Start of Records for this exercise
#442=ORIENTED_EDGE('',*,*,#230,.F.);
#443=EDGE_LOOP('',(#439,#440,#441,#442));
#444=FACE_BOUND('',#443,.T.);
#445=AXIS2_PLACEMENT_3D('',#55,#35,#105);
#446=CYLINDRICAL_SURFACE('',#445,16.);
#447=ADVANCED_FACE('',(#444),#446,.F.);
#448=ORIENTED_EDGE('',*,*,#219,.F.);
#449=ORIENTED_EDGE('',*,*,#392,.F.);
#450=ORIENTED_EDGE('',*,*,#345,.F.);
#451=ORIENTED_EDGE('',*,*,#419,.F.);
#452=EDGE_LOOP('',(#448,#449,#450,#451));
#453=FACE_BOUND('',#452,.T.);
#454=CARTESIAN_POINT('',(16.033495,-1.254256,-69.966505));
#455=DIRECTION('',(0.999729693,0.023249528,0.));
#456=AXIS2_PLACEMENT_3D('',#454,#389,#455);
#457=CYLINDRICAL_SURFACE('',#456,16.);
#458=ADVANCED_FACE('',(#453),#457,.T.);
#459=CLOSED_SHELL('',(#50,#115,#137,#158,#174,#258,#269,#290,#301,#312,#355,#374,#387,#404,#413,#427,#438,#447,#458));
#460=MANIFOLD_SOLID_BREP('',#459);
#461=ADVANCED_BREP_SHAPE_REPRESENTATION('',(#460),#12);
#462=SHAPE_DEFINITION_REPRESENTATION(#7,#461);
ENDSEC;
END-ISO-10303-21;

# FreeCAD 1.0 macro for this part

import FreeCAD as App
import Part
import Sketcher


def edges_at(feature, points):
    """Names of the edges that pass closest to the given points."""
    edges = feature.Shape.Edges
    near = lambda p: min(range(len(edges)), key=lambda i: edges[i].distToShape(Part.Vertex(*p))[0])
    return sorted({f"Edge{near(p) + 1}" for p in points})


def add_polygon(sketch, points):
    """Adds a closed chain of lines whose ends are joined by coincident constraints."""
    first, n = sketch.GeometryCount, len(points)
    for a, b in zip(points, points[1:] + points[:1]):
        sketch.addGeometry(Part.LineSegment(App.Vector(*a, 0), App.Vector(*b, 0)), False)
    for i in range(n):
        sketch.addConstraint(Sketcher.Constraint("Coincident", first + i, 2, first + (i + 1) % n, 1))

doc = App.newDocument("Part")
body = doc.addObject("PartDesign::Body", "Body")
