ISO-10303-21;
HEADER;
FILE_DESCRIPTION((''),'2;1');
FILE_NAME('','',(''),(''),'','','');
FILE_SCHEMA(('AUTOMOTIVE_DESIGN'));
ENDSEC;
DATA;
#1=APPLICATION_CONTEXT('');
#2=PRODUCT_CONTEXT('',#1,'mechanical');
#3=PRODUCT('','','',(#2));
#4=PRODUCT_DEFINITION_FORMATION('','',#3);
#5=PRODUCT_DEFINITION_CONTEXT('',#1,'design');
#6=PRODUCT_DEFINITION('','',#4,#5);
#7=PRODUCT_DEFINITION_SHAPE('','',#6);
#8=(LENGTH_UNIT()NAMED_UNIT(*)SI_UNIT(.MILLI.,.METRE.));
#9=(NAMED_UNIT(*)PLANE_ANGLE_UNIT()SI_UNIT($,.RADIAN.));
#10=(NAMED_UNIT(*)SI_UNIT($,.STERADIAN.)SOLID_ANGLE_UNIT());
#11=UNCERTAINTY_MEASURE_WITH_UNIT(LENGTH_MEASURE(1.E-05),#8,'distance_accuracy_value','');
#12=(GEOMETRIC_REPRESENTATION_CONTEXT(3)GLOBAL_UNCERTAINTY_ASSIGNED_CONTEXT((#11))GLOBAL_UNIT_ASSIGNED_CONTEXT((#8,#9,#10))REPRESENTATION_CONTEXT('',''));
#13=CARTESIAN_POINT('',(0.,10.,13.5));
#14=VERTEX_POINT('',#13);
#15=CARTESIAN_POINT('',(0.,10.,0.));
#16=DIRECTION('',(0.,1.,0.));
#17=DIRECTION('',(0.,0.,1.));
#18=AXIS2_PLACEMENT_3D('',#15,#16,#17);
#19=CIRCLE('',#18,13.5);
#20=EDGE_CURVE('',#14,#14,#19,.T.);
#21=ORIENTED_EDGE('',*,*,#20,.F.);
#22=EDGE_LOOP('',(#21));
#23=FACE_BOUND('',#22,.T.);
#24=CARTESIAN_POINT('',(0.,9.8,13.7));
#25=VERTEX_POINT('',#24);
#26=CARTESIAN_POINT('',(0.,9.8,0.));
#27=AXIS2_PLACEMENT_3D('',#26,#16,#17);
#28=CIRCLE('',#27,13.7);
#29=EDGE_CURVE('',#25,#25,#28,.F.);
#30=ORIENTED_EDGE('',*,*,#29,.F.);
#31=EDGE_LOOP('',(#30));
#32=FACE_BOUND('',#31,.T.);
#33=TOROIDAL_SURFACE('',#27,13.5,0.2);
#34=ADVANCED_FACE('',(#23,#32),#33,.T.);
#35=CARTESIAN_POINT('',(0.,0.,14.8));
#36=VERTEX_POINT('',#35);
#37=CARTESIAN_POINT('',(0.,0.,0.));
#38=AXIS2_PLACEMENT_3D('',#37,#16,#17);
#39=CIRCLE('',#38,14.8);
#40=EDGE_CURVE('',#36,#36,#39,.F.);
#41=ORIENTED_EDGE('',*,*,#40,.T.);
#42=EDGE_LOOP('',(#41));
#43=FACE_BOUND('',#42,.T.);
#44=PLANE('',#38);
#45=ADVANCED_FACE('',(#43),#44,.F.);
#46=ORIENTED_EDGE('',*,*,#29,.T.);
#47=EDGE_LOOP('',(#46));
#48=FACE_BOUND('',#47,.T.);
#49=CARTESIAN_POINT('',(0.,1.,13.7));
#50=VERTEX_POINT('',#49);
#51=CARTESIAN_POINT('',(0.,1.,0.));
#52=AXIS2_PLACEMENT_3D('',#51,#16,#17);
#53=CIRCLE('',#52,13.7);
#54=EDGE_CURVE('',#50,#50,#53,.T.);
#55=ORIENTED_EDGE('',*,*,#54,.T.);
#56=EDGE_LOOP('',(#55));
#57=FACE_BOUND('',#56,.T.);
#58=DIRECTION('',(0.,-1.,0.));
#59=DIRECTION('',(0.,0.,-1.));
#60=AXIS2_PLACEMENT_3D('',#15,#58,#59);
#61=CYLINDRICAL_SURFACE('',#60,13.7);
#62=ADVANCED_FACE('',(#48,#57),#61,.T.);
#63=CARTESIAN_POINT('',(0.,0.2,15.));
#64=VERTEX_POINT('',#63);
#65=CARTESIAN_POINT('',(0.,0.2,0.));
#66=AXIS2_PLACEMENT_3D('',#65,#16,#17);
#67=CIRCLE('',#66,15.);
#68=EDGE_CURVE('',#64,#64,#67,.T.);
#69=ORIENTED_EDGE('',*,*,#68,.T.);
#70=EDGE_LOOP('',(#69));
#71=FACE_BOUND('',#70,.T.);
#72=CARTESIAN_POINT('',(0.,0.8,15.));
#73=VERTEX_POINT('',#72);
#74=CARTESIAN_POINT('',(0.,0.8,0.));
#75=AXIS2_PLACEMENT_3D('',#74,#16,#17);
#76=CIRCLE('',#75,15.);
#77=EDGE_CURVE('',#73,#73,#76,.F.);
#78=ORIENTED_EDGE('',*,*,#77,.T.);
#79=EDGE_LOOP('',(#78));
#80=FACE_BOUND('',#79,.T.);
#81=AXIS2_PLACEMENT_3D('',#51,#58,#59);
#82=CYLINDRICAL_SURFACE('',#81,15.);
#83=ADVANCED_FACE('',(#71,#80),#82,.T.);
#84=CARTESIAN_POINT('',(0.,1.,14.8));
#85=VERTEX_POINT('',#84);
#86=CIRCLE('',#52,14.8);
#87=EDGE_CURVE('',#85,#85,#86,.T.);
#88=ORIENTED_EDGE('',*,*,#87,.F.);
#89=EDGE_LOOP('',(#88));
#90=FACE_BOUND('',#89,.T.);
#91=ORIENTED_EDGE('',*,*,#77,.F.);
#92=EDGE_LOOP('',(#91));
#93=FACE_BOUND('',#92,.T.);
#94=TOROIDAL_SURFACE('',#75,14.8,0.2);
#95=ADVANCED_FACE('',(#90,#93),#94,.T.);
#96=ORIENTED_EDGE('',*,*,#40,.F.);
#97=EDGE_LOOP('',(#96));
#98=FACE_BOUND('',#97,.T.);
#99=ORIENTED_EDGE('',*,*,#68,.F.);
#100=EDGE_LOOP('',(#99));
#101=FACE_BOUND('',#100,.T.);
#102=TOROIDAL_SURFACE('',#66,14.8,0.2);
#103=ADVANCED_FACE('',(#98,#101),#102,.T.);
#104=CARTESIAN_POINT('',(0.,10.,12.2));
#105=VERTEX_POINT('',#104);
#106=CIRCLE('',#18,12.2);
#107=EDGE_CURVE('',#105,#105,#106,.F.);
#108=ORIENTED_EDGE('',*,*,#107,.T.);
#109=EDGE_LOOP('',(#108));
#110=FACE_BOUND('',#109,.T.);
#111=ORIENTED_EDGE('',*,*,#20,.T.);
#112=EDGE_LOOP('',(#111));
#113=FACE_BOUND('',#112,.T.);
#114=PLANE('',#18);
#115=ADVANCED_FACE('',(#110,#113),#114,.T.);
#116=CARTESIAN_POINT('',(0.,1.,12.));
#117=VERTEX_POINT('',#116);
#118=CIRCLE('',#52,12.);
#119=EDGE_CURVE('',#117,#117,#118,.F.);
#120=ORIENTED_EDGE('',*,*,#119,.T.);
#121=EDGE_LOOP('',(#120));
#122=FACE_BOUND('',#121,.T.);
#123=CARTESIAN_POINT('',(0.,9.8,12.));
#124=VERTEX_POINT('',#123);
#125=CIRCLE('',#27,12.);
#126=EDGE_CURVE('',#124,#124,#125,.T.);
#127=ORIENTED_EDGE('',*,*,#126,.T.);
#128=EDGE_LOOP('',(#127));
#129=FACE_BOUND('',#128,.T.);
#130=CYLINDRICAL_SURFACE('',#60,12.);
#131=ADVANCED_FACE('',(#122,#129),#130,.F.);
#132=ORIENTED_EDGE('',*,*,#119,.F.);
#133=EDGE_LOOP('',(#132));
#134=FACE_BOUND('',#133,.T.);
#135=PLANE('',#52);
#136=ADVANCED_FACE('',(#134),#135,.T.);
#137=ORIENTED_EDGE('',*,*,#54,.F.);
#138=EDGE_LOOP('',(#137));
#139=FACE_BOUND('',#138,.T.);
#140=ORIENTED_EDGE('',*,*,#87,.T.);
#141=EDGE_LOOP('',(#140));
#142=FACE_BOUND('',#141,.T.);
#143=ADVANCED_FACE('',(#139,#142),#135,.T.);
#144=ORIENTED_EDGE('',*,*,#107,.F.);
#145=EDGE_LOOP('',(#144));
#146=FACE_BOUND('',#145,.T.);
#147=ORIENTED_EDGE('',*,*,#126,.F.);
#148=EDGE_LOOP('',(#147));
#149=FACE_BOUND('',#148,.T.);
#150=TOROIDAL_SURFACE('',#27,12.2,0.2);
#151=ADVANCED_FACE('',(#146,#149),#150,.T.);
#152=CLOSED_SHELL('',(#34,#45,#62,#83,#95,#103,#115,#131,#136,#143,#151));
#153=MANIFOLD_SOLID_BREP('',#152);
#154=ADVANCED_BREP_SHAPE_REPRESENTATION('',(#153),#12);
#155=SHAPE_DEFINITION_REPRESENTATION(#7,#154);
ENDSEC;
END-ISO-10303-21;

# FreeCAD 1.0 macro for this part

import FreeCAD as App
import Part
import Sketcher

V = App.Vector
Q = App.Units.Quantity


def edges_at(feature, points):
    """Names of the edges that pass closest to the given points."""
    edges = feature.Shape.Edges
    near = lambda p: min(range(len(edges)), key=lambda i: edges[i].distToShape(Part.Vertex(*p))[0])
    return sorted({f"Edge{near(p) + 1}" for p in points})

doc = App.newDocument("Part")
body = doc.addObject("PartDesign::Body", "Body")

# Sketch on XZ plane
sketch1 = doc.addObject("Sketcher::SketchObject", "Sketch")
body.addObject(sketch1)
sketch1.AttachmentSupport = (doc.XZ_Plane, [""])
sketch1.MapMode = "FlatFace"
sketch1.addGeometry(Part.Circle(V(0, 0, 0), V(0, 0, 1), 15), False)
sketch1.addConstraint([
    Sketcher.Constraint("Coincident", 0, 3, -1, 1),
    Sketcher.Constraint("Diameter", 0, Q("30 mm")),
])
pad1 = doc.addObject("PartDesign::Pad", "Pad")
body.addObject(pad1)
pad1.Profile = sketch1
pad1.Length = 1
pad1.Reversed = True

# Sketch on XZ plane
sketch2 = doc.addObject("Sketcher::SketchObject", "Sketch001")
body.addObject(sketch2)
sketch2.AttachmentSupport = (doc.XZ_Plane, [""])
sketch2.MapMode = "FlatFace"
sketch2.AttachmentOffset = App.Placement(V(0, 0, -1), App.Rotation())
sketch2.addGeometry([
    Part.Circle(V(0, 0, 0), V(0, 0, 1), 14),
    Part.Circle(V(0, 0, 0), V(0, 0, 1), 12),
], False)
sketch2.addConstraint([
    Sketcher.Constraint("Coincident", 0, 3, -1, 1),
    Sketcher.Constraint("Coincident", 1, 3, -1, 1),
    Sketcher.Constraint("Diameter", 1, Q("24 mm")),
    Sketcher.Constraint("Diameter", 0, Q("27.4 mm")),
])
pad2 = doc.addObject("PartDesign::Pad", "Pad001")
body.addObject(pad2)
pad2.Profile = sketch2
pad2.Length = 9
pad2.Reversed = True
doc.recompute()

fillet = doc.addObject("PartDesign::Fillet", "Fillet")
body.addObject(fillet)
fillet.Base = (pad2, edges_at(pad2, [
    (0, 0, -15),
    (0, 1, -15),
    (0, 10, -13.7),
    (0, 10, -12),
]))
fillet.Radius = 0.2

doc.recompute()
End of Records for this exercise
-- Work to complete --
Copy out, exactly and alone, the lines of the entries above between the ones holding "#78=ORIENTED_EDGE('',*,*,#77,.T.);" and "#139=FACE_BOUND('',#138,.T.);", inclusive.

-- Exercise response --
#78=ORIENTED_EDGE('',*,*,#77,.T.);
#79=EDGE_LOOP('',(#78));
#80=FACE_BOUND('',#79,.T.);
#81=AXIS2_PLACEMENT_3D('',#51,#58,#59);
#82=CYLINDRICAL_SURFACE('',#81,15.);
#83=ADVANCED_FACE('',(#71,#80),#82,.T.);
#84=CARTESIAN_POINT('',(0.,1.,14.8));
#85=VERTEX_POINT('',#84);
#86=CIRCLE('',#52,14.8);
#87=EDGE_CURVE('',#85,#85,#86,.T.);
#88=ORIENTED_EDGE('',*,*,#87,.F.);
#89=EDGE_LOOP('',(#88));
#90=FACE_BOUND('',#89,.T.);
#91=ORIENTED_EDGE('',*,*,#77,.F.);
#92=EDGE_LOOP('',(#91));
#93=FACE_BOUND('',#92,.T.);
#94=TOROIDAL_SURFACE('',#75,14.8,0.2);
#95=ADVANCED_FACE('',(#90,#93),#94,.T.);
#96=ORIENTED_EDGE('',*,*,#40,.F.);
#97=EDGE_LOOP('',(#96));
#98=FACE_BOUND('',#97,.T.);
#99=ORIENTED_EDGE('',*,*,#68,.F.);
#100=EDGE_LOOP('',(#99));
#101=FACE_BOUND('',#100,.T.);
#102=TOROIDAL_SURFACE('',#66,14.8,0.2);
#103=ADVANCED_FACE('',(#98,#101),#102,.T.);
#104=CARTESIAN_POINT('',(0.,10.,12.2));
#105=VERTEX_POINT('',#104);
#106=CIRCLE('',#18,12.2);
#107=EDGE_CURVE('',#105,#105,#106,.F.);
#108=ORIENTED_EDGE('',*,*,#107,.T.);
#109=EDGE_LOOP('',(#108));
#110=FACE_BOUND('',#109,.T.);
#111=ORIENTED_EDGE('',*,*,#20,.T.);
#112=EDGE_LOOP('',(#111));
#113=FACE_BOUND('',#112,.T.);
#114=PLANE('',#18);
#115=ADVANCED_FACE('',(#110,#113),#114,.T.);
#116=CARTESIAN_POINT('',(0.,1.,12.));
#117=VERTEX_POINT('',#116);
#118=CIRCLE('',#52,12.);
#119=EDGE_CURVE('',#117,#117,#118,.F.);
#120=ORIENTED_EDGE('',*,*,#119,.T.);
#121=EDGE_LOOP('',(#120));
#122=FACE_BOUND('',#121,.T.);
#123=CARTESIAN_POINT('',(0.,9.8,12.));
#124=VERTEX_POINT('',#123);
#125=CIRCLE('',#27,12.);
#126=EDGE_CURVE('',#124,#124,#125,.T.);
#127=ORIENTED_EDGE('',*,*,#126,.T.);
#128=EDGE_LOOP('',(#127));
#129=FACE_BOUND('',#128,.T.);
#130=CYLINDRICAL_SURFACE('',#60,12.);
#131=ADVANCED_FACE('',(#122,#129),#130,.F.);
#132=ORIENTED_EDGE('',*,*,#119,.F.);
#133=EDGE_LOOP('',(#132));
#134=FACE_BOUND('',#133,.T.);
#135=PLANE('',#52);
#136=ADVANCED_FACE('',(#134),#135,.T.);
#137=ORIENTED_EDGE('',*,*,#54,.F.);
#138=EDGE_LOOP('',(#137));
#139=FACE_BOUND('',#138,.T.);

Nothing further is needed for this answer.